Je vous raconte, personne ne se doutait de rien, il était apprécié de toute la famille, et étant mon cousin germain j’étais amenée à le voir régulièrement, mes parents travaillaient beaucoup à cette époque, du coup ils me laissaient garder par eux, ça a débuté au moment des « siestes ». Nos familles nous mettaient dans le même lit pour dormir, et il a commencé par des petites caresses, puis ensuite avec le temps les choses ont été beaucoup plus poussées jusqu’à aller jusqu’au viol. Il avait un pouvoir de persuasion énorme sur moi, et je m’étais clairement persuadée que ce qu’il me faisait était tout à fait légitime, et que je le méritais.
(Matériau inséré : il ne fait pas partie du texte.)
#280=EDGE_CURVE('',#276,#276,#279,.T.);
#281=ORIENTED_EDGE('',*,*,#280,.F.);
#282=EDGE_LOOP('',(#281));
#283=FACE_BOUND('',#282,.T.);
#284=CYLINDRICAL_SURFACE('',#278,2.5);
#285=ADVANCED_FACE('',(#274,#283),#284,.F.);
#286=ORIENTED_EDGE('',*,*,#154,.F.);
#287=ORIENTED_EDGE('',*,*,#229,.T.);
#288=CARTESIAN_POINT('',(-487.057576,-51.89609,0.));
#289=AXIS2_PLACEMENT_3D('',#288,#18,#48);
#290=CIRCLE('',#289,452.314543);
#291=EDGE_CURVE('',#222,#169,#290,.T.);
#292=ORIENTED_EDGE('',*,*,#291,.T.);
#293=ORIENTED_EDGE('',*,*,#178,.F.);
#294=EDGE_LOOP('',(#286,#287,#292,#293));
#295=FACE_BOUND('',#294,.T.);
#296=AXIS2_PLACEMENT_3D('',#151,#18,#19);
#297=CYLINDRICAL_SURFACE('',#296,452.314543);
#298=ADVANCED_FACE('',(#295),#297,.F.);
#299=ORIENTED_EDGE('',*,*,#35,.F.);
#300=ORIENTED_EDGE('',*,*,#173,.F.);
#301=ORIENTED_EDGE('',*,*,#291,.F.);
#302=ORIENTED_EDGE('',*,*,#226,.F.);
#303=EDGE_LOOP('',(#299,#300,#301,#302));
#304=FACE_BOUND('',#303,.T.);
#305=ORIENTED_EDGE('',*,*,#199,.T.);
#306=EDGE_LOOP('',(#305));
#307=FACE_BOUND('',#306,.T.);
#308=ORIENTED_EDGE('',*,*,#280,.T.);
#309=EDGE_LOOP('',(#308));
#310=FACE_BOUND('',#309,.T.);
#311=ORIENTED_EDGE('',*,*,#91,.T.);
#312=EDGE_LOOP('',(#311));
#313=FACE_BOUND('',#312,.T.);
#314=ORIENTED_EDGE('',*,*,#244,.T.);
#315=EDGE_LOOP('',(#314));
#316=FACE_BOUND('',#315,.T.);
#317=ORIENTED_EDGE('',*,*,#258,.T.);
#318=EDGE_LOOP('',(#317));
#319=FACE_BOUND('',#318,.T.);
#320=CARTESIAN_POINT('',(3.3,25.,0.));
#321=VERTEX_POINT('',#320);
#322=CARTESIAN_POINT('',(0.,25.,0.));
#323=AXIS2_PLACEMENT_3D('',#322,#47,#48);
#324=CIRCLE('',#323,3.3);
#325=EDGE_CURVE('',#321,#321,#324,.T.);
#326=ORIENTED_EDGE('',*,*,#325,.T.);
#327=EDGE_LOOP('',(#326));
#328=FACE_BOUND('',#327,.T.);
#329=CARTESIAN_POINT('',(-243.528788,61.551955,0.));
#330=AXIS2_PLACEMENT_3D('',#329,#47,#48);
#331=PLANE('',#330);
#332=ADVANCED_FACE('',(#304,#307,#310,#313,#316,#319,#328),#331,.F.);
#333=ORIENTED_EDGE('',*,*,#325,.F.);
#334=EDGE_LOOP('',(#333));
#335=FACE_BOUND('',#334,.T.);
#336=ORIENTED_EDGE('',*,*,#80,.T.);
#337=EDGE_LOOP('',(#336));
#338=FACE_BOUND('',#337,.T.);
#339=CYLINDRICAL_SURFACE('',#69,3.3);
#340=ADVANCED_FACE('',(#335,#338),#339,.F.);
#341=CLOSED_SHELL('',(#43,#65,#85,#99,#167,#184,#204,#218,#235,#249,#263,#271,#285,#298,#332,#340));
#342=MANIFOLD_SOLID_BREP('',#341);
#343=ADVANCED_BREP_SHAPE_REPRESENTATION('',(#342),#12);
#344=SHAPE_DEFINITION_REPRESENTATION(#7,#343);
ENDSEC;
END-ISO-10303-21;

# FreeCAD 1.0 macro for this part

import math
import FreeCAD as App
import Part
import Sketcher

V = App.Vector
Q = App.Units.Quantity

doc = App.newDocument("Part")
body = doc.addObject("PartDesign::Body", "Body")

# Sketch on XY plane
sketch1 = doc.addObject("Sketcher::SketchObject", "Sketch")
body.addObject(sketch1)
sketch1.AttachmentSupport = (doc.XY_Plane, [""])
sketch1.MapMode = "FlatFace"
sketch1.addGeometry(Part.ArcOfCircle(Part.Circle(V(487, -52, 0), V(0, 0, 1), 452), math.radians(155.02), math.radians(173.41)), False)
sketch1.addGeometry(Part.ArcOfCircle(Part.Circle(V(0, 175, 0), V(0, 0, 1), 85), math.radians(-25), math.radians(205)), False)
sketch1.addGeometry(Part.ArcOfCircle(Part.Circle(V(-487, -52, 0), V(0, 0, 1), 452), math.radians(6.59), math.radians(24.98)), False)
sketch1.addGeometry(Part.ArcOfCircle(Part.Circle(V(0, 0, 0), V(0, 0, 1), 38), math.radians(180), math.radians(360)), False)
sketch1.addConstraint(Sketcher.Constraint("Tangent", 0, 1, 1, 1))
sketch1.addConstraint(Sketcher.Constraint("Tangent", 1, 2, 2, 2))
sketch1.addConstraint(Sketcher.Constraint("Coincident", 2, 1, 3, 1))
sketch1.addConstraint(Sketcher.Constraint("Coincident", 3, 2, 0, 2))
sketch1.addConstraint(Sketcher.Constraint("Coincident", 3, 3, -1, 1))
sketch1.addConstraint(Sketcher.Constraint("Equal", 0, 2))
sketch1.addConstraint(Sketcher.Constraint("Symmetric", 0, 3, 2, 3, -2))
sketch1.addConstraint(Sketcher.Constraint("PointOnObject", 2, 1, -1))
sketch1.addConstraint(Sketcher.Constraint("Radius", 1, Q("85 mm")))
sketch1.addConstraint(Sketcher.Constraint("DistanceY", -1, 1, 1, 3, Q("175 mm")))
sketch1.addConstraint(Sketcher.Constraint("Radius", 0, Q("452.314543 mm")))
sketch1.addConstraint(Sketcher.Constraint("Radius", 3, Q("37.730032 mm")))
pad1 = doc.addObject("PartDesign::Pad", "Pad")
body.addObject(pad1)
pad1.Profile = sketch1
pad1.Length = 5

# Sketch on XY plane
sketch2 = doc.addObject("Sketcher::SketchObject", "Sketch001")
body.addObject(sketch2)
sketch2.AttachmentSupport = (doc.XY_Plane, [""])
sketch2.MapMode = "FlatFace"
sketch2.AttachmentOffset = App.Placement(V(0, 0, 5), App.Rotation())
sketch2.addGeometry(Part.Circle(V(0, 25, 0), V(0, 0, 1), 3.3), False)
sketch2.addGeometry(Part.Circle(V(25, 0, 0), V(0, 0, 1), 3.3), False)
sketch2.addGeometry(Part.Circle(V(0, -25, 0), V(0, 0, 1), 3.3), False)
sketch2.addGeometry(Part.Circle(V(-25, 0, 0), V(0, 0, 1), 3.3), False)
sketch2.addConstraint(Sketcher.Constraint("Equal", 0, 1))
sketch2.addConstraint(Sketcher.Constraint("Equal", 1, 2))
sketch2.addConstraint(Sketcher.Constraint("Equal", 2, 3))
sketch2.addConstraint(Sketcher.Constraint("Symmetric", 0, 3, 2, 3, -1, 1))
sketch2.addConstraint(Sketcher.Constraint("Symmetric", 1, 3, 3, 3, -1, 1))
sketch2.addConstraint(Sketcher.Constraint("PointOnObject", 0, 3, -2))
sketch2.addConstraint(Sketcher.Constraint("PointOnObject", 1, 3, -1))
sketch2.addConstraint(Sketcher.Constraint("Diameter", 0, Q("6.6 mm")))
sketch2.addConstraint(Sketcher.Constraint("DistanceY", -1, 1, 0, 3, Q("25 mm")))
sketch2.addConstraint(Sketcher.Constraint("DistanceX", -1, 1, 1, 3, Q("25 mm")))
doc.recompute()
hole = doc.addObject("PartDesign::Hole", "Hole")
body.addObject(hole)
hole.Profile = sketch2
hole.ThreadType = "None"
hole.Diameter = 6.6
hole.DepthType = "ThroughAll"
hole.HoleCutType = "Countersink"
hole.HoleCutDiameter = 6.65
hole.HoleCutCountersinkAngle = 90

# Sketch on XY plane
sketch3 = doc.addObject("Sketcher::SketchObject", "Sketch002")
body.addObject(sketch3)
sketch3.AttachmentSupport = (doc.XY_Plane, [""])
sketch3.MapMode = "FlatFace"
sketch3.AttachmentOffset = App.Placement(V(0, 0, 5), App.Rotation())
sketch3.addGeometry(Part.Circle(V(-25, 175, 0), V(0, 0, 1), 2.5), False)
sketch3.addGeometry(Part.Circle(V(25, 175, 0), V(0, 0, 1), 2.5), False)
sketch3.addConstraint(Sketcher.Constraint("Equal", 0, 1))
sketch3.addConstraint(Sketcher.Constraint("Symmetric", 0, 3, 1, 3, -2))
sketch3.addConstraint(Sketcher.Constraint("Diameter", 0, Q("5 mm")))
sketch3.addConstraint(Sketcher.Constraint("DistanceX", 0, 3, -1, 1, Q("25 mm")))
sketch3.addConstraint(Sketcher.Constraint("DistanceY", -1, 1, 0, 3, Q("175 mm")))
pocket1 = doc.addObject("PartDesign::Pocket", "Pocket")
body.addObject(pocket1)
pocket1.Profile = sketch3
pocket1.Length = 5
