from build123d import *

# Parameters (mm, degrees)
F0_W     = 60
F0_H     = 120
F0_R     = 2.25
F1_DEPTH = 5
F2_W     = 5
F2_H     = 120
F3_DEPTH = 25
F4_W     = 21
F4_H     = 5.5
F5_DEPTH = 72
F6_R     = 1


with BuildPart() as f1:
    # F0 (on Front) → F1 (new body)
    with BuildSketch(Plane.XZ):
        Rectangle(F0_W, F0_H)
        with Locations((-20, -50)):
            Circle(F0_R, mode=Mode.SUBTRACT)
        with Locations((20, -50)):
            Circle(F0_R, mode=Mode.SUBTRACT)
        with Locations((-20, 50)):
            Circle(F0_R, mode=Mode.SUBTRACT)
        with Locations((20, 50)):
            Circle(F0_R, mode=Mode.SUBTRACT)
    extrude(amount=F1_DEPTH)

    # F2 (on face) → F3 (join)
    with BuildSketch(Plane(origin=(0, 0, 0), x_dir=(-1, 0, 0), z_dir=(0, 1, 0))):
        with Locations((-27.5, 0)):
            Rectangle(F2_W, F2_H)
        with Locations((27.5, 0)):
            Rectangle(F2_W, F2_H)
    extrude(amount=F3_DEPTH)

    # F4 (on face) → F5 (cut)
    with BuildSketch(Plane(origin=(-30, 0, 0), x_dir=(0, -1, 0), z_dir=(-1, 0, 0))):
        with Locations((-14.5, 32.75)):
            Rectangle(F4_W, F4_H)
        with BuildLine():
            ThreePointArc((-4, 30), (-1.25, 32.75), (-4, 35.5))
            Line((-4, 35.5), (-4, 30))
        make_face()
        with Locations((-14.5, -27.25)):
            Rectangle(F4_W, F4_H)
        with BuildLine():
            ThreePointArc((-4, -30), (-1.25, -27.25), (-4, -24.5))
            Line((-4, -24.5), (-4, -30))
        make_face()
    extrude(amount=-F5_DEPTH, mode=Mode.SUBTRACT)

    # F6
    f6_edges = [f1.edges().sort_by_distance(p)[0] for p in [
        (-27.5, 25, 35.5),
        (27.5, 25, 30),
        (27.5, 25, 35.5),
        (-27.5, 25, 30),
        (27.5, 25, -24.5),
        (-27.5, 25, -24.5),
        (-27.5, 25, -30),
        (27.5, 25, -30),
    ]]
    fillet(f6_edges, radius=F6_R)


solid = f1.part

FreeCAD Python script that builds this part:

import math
import FreeCAD as App
import Part
import Sketcher

V = App.Vector


def edges_at(feature, points):
    """Names of the edges that pass closest to the given points."""
    edges = feature.Shape.Edges
    near = lambda p: min(range(len(edges)), key=lambda i: edges[i].distToShape(Part.Vertex(*p))[0])
    return sorted({f"Edge{near(p) + 1}" for p in points})


def add_polygon(sketch, points):
    """Adds a closed chain of lines whose ends are joined by coincident constraints."""
    first, n = sketch.GeometryCount, len(points)
    for a, b in zip(points, points[1:] + points[:1]):
        sketch.addGeometry(Part.LineSegment(App.Vector(*a, 0), App.Vector(*b, 0)), False)
    for i in range(n):
        sketch.addConstraint(Sketcher.Constraint("Coincident", first + i, 2, first + (i + 1) % n, 1))

doc = App.newDocument("Part")
params = doc.addObject("Spreadsheet::Sheet", "Params")
for row, (alias, value) in enumerate([
    ("sketch1_diameter", "4.5 mm"),
    ("sketch1_width", "60 mm"),
    ("sketch1_height", "120 mm"),
    ("pad1_length", "5 mm"),
    ("sketch2_width", "5 mm"),
    ("sketch2_height", "120 mm"),
    ("pad2_length", "25 mm"),
    ("sketch3_width", "21 mm"),
    ("sketch3_radius", "2.75 mm"),
    ("pocket1_length", "72 mm"),
    ("fillet_radius", "1 mm"),
], start=1):
    params.set(f"A{row}", alias)
    params.set(f"B{row}", "=" + value)
    params.setAlias(f"B{row}", alias)

body = doc.addObject("PartDesign::Body", "Body")

sketch1 = body.newObject("Sketcher::SketchObject", "Sketch")
sketch1.AttachmentSupport = (doc.getObject("XZ_Plane"), [""])
sketch1.MapMode = "FlatFace"
add_polygon(sketch1, [(-30, 60), (-30, -60), (30, -60), (30, 60)])
sketch1.addGeometry(Part.Circle(V(-20, -50, 0), V(0, 0, 1), 2.25), False)
sketch1.addGeometry(Part.Circle(V(20, -50, 0), V(0, 0, 1), 2.25), False)
sketch1.addGeometry(Part.Circle(V(-20, 50, 0), V(0, 0, 1), 2.25), False)
sketch1.addGeometry(Part.Circle(V(20, 50, 0), V(0, 0, 1), 2.25), False)
sketch1.addConstraint([
    Sketcher.Constraint("Vertical", 0),
    Sketcher.Constraint("Horizontal", 1),
    Sketcher.Constraint("Vertical", 2),
    Sketcher.Constraint("Horizontal", 3),
    Sketcher.Constraint("Equal", 4, 5),
    Sketcher.Constraint("Equal", 5, 6),
    Sketcher.Constraint("Equal", 6, 7),
    Sketcher.Constraint("Symmetric", 5, 3, 6, 3, -1, 1),
    Sketcher.Constraint("Symmetric", 4, 3, 7, 3, -1, 1),
    Sketcher.Constraint("Symmetric", 0, 2, 2, 2, -1, 1),
    Sketcher.Constraint("Symmetric", 4, 3, 5, 3, -2),
    Sketcher.Constraint("Diameter", 4, 4.5),
    Sketcher.Constraint("DistanceX", 1, 1, 1, 2, 60.0),
    Sketcher.Constraint("DistanceY", 0, 2, 0, 1, 120.0),
    Sketcher.Constraint("DistanceX", 4, 3, -1, 1, 20.0),
    Sketcher.Constraint("DistanceY", 4, 3, -1, 1, 50.0),
])
sketch1.setExpression("Constraints[15]", "Params.sketch1_diameter")
sketch1.setExpression("Constraints[16]", "Params.sketch1_width")
sketch1.setExpression("Constraints[17]", "Params.sketch1_height")
pad1 = body.newObject("PartDesign::Pad", "Pad")
pad1.Profile = sketch1
pad1.setExpression("Length", "Params.pad1_length")

sketch2 = body.newObject("Sketcher::SketchObject", "Sketch001")
sketch2.AttachmentSupport = (doc.getObject("XZ_Plane"), [""])
sketch2.MapMode = "FlatFace"
add_polygon(sketch2, [(30, 60), (30, -60), (25, -60), (25, 60)])
add_polygon(sketch2, [(-25, 60), (-25, -60), (-30, -60), (-30, 60)])
sketch2.addConstraint([
    Sketcher.Constraint("Vertical", 0),
    Sketcher.Constraint("Horizontal", 1),
    Sketcher.Constraint("Vertical", 2),
    Sketcher.Constraint("Horizontal", 3),
    Sketcher.Constraint("Vertical", 4),
    Sketcher.Constraint("Horizontal", 5),
    Sketcher.Constraint("Vertical", 6),
    Sketcher.Constraint("Horizontal", 7),
    Sketcher.Constraint("Symmetric", 2, 2, 4, 2, -1, 1),
    Sketcher.Constraint("Symmetric", 0, 2, 6, 2, -1, 1),
    Sketcher.Constraint("Horizontal", 1, 2, 4, 2),
    Sketcher.Constraint("DistanceX", 1, 2, 1, 1, 5.0),
    Sketcher.Constraint("DistanceY", 0, 2, 0, 1, 120.0),
    Sketcher.Constraint("DistanceX", -1, 1, 0, 2, 30.0),
])
sketch2.setExpression("Constraints[19]", "Params.sketch2_width")
sketch2.setExpression("Constraints[20]", "Params.sketch2_height")
pad2 = body.newObject("PartDesign::Pad", "Pad001")
pad2.Profile = sketch2
pad2.setExpression("Length", "Params.pad2_length")
pad2.Reversed = True

sketch3 = body.newObject("Sketcher::SketchObject", "Sketch002")
sketch3.AttachmentSupport = (doc.getObject("YZ_Plane"), [""])
sketch3.MapMode = "FlatFace"
sketch3.AttachmentOffset = App.Placement(V(0, 0, -30), App.Rotation())
sketch3.addGeometry([
    Part.LineSegment(V(25, 35.5, 0), V(25, 30, 0)),
    Part.LineSegment(V(25, 30, 0), V(4, 30, 0)),
    Part.ArcOfCircle(Part.Circle(V(4, 32.75, 0), V(0, 0, 1), 2.75), math.radians(90), math.radians(270)),
    Part.LineSegment(V(4, 35.5, 0), V(25, 35.5, 0)),
    Part.LineSegment(V(25, -24.5, 0), V(25, -30, 0)),
    Part.LineSegment(V(25, -30, 0), V(4, -30, 0)),
    Part.ArcOfCircle(Part.Circle(V(4, -27.25, 0), V(0, 0, 1), 2.75), math.radians(90), math.radians(270)),
    Part.LineSegment(V(4, -24.5, 0), V(25, -24.5, 0)),
], False)
sketch3.addConstraint([
    Sketcher.Constraint("Coincident", 0, 2, 1, 1),
    Sketcher.Constraint("Tangent", 1, 2, 2, 2),
    Sketcher.Constraint("Tangent", 2, 1, 3, 1),
    Sketcher.Constraint("Coincident", 3, 2, 0, 1),
    Sketcher.Constraint("Coincident", 4, 2, 5, 1),
    Sketcher.Constraint("Tangent", 5, 2, 6, 2),
    Sketcher.Constraint("Tangent", 6, 1, 7, 1),
    Sketcher.Constraint("Coincident", 7, 2, 4, 1),
    Sketcher.Constraint("Vertical", 0),
    Sketcher.Constraint("Horizontal", 1),
    Sketcher.Constraint("Horizontal", 3),
    Sketcher.Constraint("Vertical", 4),
    Sketcher.Constraint("Horizontal", 5),
    Sketcher.Constraint("Horizontal", 7),
    Sketcher.Constraint("Equal", 2, 6),
    Sketcher.Constraint("Symmetric", 0, 2, 4, 2, -1),
    Sketcher.Constraint("Vertical", 2, 3, 6, 3),
    Sketcher.Constraint("DistanceX", 1, 2, 1, 1, 21.0),
    Sketcher.Constraint("Radius", 2, 2.75),
    Sketcher.Constraint("DistanceX", -1, 1, 2, 3, 4.0),
    Sketcher.Constraint("DistanceY", -1, 1, 0, 2, 30.0),
])
sketch3.setExpression("Constraints[17]", "Params.sketch3_width")
sketch3.setExpression("Constraints[18]", "Params.sketch3_radius")
pocket1 = body.newObject("PartDesign::Pocket", "Pocket")
pocket1.Profile = sketch3
pocket1.setExpression("Length", "Params.pocket1_length")
pocket1.Reversed = True
doc.recompute()

fillet = body.newObject("PartDesign::Fillet", "Fillet")
fillet.Base = (pocket1, edges_at(pocket1, [
    (-27.5, 25, 35.5),
    (27.5, 25, 30),
    (27.5, 25, 35.5),
    (-27.5, 25, 30),
    (27.5, 25, -24.5),
    (-27.5, 25, -24.5),
    (-27.5, 25, -30),
    (27.5, 25, -30),
]))
fillet.setExpression("Radius", "Params.fillet_radius")

doc.recompute()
Malgré cette persuasion, mon état mental n’allait pas très bien, je faisais crise d’angoisse sur crise d’angoisse, j’ai été prise ensuite par des crises de trichotillomanie, ce qui est caractérisée par des arrachages récurrents des cheveux entraînant une perte de cheveux.

Un jour au collège j’ai fait une crise d’angoisse plus forte que toutes celles d’avant et l’infirmière qui me connaissait bien depuis le temps, me dit « bon maintenant Anna, il va falloir parler, il va falloir dire pourquoi une aussi jolie jeune fille peut autant être triste? » et là, ma langue s’est dénoué, cette femme m’a donner envie de me libérer de ce lourd secret qui me rongeait l’âme un peu plus chaque jour. Après avoir fini de lui avouer la cause de ma tristesse, elle a tout de suite lancé un signalement à la protection de l’enfance, j’ai eu de long mois d’examens, gynécologiques, psychologiques… J’ai porté plainte contre lui, malheureusement la justice a été beaucoup trop indulgente avec lui, puisqu’à l’heure d’aujourd’hui il est en liberté.

Une interdiction d’être dans le même périmètre que moi, une obligation de soins, et des dommages et intérêts, voilà la vengeance que la justice m’a accordée. Vous imaginez pour moi c’était inconcevable, qu’il puisse s’en sortir avec si peu, j’avais tellement de haine dans moi. C’est ce qui a fait de moi celle que je suis aujourd’hui, toute histoire a un commencement la mienne a commencé quand il a posé ses mains sur moi.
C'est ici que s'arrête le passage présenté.